To prove the effectiveness of the coordinated search method, Figure 10 shows the Pareto-optimal points found by different hardware-aware NAS methods on three hardware platforms. Through a joint search of network architecture and scheduling policy, CHaNAS-W achieves the highest performance over all different cases of different performance requirements. CHaNAS-W achieves 78.4% ImageNet top1 accuracy on the P100 GPU, 2.3% more accurate than MobileNet-v3, the previous best result reported through the hardware-aware NAS approach. Most importantly, CHaNAS-W runs 1.6×, 2.1×, and 2.2× faster on the P100 GPU; 1.9×, 2.2×, and 2.4× faster on the Intel Xeon 8163 CPU; and 1.7×, 2.7×, and 2.8× faster on the Note 10 phone than MobileNet-v3, Fbnet, and Mnasnet, respectively, while delivering similar output accuracy. With the co-design approach, DNN solutions can be customized and optimized according to the target hardware to achieve better performance.

Fig. 10.

Fig. 10. Neural network implementations provided by CHaNAS; Coordinated search achieve similar accuracy but significant speedup over the neural network solutions with a fixed scheduling policy on GPU, CPU, and Mobile, respectively.

Fig. 11.

Fig. 11. The results for different objective functions are used as the metric to update super-network parameters. ChaNAS with \( \mathcal {L}_{\mathrm{gen}} \) significantly outperforms \( \mathcal {L}_{\mathrm{train}} \) -based approaches.

We also show the co-design cost of our CHaNAS compared with previous hardware-nas in Table 2 when developing the candidate network and schedules for N different application scenarios of different constraints; the search cost includes pre-schedule optimization cost and co-search overhead before network deployment. “AWS Cost” is calculated based on the AWS cloud-charging price of on-demand P3.16x large instances. Most previous hardware-aware NAS need to re-design or re-train the candidate DNN model for a new hardware platform or even the change to the design constraint. For example, Mnasnet [44] needs 4,000 GPU hours (near $12,250 AWS cost) for a new development scenario. While CHaNAS decouples the training and search process in NAS due to the block-based design, our super-net training can be performed only once and requires only a marginal search cost for fast deployment in a new application case. CHaNAS only need additional 50 GPU hours ($150 AWS cost) for redeployment.

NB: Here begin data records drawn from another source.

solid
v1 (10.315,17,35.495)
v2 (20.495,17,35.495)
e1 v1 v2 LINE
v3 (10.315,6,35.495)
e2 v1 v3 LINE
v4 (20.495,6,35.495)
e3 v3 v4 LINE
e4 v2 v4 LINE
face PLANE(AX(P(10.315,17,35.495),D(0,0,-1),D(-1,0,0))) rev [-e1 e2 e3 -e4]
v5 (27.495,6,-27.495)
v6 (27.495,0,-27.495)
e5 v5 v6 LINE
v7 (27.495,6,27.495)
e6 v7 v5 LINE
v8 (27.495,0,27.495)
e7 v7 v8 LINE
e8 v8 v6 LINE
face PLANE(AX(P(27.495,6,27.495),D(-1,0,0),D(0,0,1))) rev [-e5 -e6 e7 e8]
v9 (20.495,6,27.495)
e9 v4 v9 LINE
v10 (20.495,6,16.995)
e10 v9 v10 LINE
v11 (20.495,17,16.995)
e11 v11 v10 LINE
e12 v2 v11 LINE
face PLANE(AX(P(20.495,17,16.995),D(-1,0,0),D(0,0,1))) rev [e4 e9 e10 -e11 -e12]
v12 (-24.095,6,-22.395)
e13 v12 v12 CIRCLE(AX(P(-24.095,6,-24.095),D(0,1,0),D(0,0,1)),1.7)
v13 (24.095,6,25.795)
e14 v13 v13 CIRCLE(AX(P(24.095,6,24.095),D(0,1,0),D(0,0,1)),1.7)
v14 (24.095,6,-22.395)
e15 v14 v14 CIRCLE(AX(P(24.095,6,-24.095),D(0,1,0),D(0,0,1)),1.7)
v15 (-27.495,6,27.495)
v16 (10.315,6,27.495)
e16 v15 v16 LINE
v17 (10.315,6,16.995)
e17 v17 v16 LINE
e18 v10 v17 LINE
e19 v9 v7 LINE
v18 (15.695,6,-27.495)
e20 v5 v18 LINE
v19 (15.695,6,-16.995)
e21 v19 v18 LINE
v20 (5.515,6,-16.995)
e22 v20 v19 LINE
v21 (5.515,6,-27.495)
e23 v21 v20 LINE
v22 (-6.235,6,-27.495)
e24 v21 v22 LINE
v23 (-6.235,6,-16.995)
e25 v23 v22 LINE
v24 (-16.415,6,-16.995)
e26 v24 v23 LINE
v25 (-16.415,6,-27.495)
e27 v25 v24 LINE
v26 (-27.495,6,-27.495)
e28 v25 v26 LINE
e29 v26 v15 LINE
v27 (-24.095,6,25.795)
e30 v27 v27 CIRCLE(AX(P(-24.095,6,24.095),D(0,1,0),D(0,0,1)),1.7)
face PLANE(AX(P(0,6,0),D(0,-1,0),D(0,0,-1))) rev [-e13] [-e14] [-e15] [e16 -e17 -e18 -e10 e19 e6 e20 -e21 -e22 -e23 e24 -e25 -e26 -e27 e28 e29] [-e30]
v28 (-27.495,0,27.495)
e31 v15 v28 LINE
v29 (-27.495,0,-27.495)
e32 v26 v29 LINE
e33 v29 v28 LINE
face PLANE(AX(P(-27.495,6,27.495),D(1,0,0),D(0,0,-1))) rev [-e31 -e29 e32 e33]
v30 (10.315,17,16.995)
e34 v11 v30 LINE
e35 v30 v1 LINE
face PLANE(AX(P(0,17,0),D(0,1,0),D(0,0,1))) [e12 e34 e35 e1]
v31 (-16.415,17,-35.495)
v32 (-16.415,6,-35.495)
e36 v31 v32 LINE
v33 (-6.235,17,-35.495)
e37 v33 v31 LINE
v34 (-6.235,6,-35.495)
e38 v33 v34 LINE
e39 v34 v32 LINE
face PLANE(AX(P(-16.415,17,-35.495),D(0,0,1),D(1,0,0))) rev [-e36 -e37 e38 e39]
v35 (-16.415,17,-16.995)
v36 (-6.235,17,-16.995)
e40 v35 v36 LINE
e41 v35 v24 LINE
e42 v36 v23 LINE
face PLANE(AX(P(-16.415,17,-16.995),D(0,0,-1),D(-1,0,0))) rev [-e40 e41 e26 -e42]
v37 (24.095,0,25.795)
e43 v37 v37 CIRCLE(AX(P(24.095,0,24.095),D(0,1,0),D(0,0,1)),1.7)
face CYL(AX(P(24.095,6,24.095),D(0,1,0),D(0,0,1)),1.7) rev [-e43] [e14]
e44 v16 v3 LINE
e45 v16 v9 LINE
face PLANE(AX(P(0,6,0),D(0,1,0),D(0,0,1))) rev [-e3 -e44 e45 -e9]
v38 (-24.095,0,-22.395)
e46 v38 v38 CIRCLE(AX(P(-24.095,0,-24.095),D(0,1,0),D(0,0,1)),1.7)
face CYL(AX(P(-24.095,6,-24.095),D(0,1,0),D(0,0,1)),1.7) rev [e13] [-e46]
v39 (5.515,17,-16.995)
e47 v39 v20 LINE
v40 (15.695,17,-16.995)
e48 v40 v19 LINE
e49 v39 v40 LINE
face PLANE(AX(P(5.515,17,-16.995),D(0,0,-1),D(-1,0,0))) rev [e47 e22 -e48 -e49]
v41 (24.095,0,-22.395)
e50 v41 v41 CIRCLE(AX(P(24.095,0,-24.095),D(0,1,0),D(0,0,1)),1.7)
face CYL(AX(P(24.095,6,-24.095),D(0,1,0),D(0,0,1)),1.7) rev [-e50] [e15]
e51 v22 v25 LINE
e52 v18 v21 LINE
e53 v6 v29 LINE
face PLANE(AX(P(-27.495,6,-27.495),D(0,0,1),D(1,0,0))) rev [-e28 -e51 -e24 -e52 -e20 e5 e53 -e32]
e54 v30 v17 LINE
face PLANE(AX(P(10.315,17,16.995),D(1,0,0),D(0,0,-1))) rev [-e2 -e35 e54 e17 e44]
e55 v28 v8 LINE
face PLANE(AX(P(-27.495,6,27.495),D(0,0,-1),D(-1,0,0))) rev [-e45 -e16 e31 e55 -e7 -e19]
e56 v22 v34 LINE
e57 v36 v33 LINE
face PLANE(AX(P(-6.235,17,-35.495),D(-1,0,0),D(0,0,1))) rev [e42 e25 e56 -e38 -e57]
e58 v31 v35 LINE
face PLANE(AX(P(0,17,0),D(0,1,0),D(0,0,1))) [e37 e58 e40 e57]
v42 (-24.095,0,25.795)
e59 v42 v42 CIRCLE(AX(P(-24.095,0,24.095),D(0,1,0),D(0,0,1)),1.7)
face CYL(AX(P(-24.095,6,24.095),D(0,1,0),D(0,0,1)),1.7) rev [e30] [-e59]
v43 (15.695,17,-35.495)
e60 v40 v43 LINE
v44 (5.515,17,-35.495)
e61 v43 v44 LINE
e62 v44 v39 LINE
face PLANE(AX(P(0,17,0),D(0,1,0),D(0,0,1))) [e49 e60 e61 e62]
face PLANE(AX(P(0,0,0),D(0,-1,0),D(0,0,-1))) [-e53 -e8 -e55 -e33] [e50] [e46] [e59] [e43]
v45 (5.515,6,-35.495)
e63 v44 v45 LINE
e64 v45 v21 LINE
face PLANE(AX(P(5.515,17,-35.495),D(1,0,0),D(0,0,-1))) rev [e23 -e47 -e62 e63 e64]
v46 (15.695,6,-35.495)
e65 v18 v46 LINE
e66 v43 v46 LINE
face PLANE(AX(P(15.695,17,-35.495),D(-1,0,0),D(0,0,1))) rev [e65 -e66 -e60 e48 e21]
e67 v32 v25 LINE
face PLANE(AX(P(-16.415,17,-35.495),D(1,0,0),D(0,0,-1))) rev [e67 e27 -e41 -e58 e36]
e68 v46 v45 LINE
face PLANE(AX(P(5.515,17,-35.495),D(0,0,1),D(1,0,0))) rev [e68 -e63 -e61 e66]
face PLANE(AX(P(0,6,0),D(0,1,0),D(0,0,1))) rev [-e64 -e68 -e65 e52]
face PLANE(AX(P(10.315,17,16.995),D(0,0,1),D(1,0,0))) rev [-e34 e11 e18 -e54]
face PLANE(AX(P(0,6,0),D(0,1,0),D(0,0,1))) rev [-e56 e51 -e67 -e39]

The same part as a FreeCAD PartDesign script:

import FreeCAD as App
import Part
import Sketcher
from FreeCAD import Vector
Q = App.Units.Quantity


def add_polygon(sketch, points):
    """Adds a closed chain of lines whose ends are joined by coincident constraints."""
    first, n = sketch.GeometryCount, len(points)
    for a, b in zip(points, points[1:] + points[:1]):
        sketch.addGeometry(Part.LineSegment(App.Vector(*a, 0), App.Vector(*b, 0)), False)
    for i in range(n):
        sketch.addConstraint(Sketcher.Constraint("Coincident", first + i, 2, first + (i + 1) % n, 1))

doc = App.newDocument("Part")
body = doc.addObject("PartDesign::Body", "Body")

# Sketch on XZ plane
sketch1 = doc.addObject("Sketcher::SketchObject", "Sketch")
body.addObject(sketch1)
sketch1.AttachmentSupport = (doc.XZ_Plane, [""])
sketch1.MapMode = "FlatFace"
add_polygon(sketch1, [(-27.495, -27.495), (-27.495, 27.495), (27.495, 27.495), (27.495, -27.495)])  # lines 0-3
sketch1.addConstraint([
    Sketcher.Constraint("Vertical", 0),
    Sketcher.Constraint("Horizontal", 1),
    Sketcher.Constraint("Vertical", 2),
    Sketcher.Constraint("Horizontal", 3),
    Sketcher.Constraint("Symmetric", 0, 2, 2, 2, -1, 1),
    Sketcher.Constraint("Equal", 3, 0),
    Sketcher.Constraint("DistanceX", 1, 1, 1, 2, Q("54.99 mm")),
])
pad1 = doc.addObject("PartDesign::Pad", "Pad")
body.addObject(pad1)
pad1.Profile = sketch1
pad1.Length = 6
pad1.Reversed = True

# Sketch on XZ plane
sketch2 = doc.addObject("Sketcher::SketchObject", "Sketch001")
body.addObject(sketch2)
sketch2.AttachmentSupport = (doc.XZ_Plane, [""])
sketch2.MapMode = "FlatFace"
sketch2.AttachmentOffset = App.Placement(Vector(0, 0, -6), App.Rotation())
sketch2.addGeometry([
    Part.Circle(Vector(-24.095, -24.095, 0), Vector(0, 0, 1), 1.7),
    Part.Circle(Vector(24.095, -24.095, 0), Vector(0, 0, 1), 1.7),
    Part.Circle(Vector(24.095, 24.095, 0), Vector(0, 0, 1), 1.7),
    Part.Circle(Vector(-24.095, 24.095, 0), Vector(0, 0, 1), 1.7),
], False)
sketch2.addConstraint([
    Sketcher.Constraint("Equal", 0, 1),
    Sketcher.Constraint("Equal", 1, 2),
    Sketcher.Constraint("Equal", 2, 3),
    Sketcher.Constraint("Symmetric", 0, 3, 2, 3, -1, 1),
    Sketcher.Constraint("Symmetric", 1, 3, 3, 3, -1, 1),
    Sketcher.Constraint("Symmetric", 0, 3, 1, 3, -2),
    Sketcher.Constraint("Diameter", 0, Q("3.4 mm")),
    Sketcher.Constraint("DistanceX", 0, 3, 1, 3, Q("48.19 mm")),
    Sketcher.Constraint("DistanceY", 1, 3, 2, 3, Q("48.19 mm")),
])
doc.recompute()
hole = doc.addObject("PartDesign::Hole", "Hole")
body.addObject(hole)
hole.Profile = sketch2
hole.ThreadType = "None"
hole.Diameter = 3.4
hole.DepthType = "ThroughAll"
hole.Reversed = True

# Sketch on XZ plane
sketch3 = doc.addObject("Sketcher::SketchObject", "Sketch002")
body.addObject(sketch3)
sketch3.AttachmentSupport = (doc.XZ_Plane, [""])
sketch3.MapMode = "FlatFace"
sketch3.AttachmentOffset = App.Placement(Vector(0, 0, -6), App.Rotation())
add_polygon(sketch3, [(-16.415, -35.495), (-16.415, -16.995), (-6.235, -16.995), (-6.235, -35.495)])  # lines 0-3
add_polygon(sketch3, [(5.515, -35.495), (5.515, -16.995), (15.695, -16.995), (15.695, -35.495)])  # lines 4-7
add_polygon(sketch3, [(10.315, 16.995), (10.315, 35.495), (20.495, 35.495), (20.495, 16.995)])  # lines 8-11
sketch3.addConstraint([
    Sketcher.Constraint("Vertical", 0),
    Sketcher.Constraint("Horizontal", 1),
    Sketcher.Constraint("Vertical", 2),
    Sketcher.Constraint("Horizontal", 3),
    Sketcher.Constraint("Vertical", 4),
    Sketcher.Constraint("Horizontal", 5),
    Sketcher.Constraint("Vertical", 6),
    Sketcher.Constraint("Horizontal", 7),
    Sketcher.Constraint("Vertical", 8),
    Sketcher.Constraint("Horizontal", 9),
    Sketcher.Constraint("Vertical", 10),
    Sketcher.Constraint("Horizontal", 11),
    Sketcher.Constraint("Horizontal", 1, 2, 4, 2),
    Sketcher.Constraint("Horizontal", 3, 2, 6, 2),
    Sketcher.Constraint("Equal", 3, 5),
    Sketcher.Constraint("Equal", 7, 9),
    Sketcher.Constraint("Equal", 6, 8),
    Sketcher.Constraint("DistanceY", 0, 1, 0, 2, Q("18.5 mm")),
    Sketcher.Constraint("DistanceX", 1, 1, 1, 2, Q("10.18 mm")),
    Sketcher.Constraint("DistanceX", 4, 2, 8, 2, Q("4.8 mm")),
    Sketcher.Constraint("DistanceX", 1, 2, 4, 2, Q("11.75 mm")),
    Sketcher.Constraint("DistanceY", 4, 2, 8, 2, Q("52.49 mm")),
    Sketcher.Constraint("DistanceX", 0, 2, -1, 1, Q("16.415 mm")),
    Sketcher.Constraint("DistanceY", 0, 2, -1, 1, Q("16.995 mm")),
])
pad2 = doc.addObject("PartDesign::Pad", "Pad001")
body.addObject(pad2)
pad2.Profile = sketch3
pad2.Length = 11
pad2.Reversed = True

doc.recompute()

4.5 Analysis of Design Points Found by CHaNAS

We visualize some of the discovered architectures for the three platforms in Figure 12 by using different colors and shapes to denote the kernel sizes and channel expansion ratios of MBConv. As shown in Figure 12, CHaNAS uses more 7 × 7 kernels in the neural network for GPU than other platforms, and we conjecture that CHaNAS can find more efficient GPU schedules for blocks with 7 × 7 kernels, due to the large parallelism of the computation array. CHaNAS can automatically find a solution that has higher arithmetic intensity to improve GPU utilization. On a Note 10 mobile phone, CHaNAS uses network models of smaller input size but with more layers than that on Intel CPU, which implies that it needs slimmer but deeper architectures to maintain model accuracy due to the insufficiency of on-chip memory space in mobile phones. This is reasonable, since deep-but-slim network architecture requires less on-chip memory space than the wider network architectures.

Fig. 12.

Fig. 12. Visualization of the architectures found by CHaNAS for NVIDIA P100 GPU, Intel Xeon CPU, and Note 10 mobile.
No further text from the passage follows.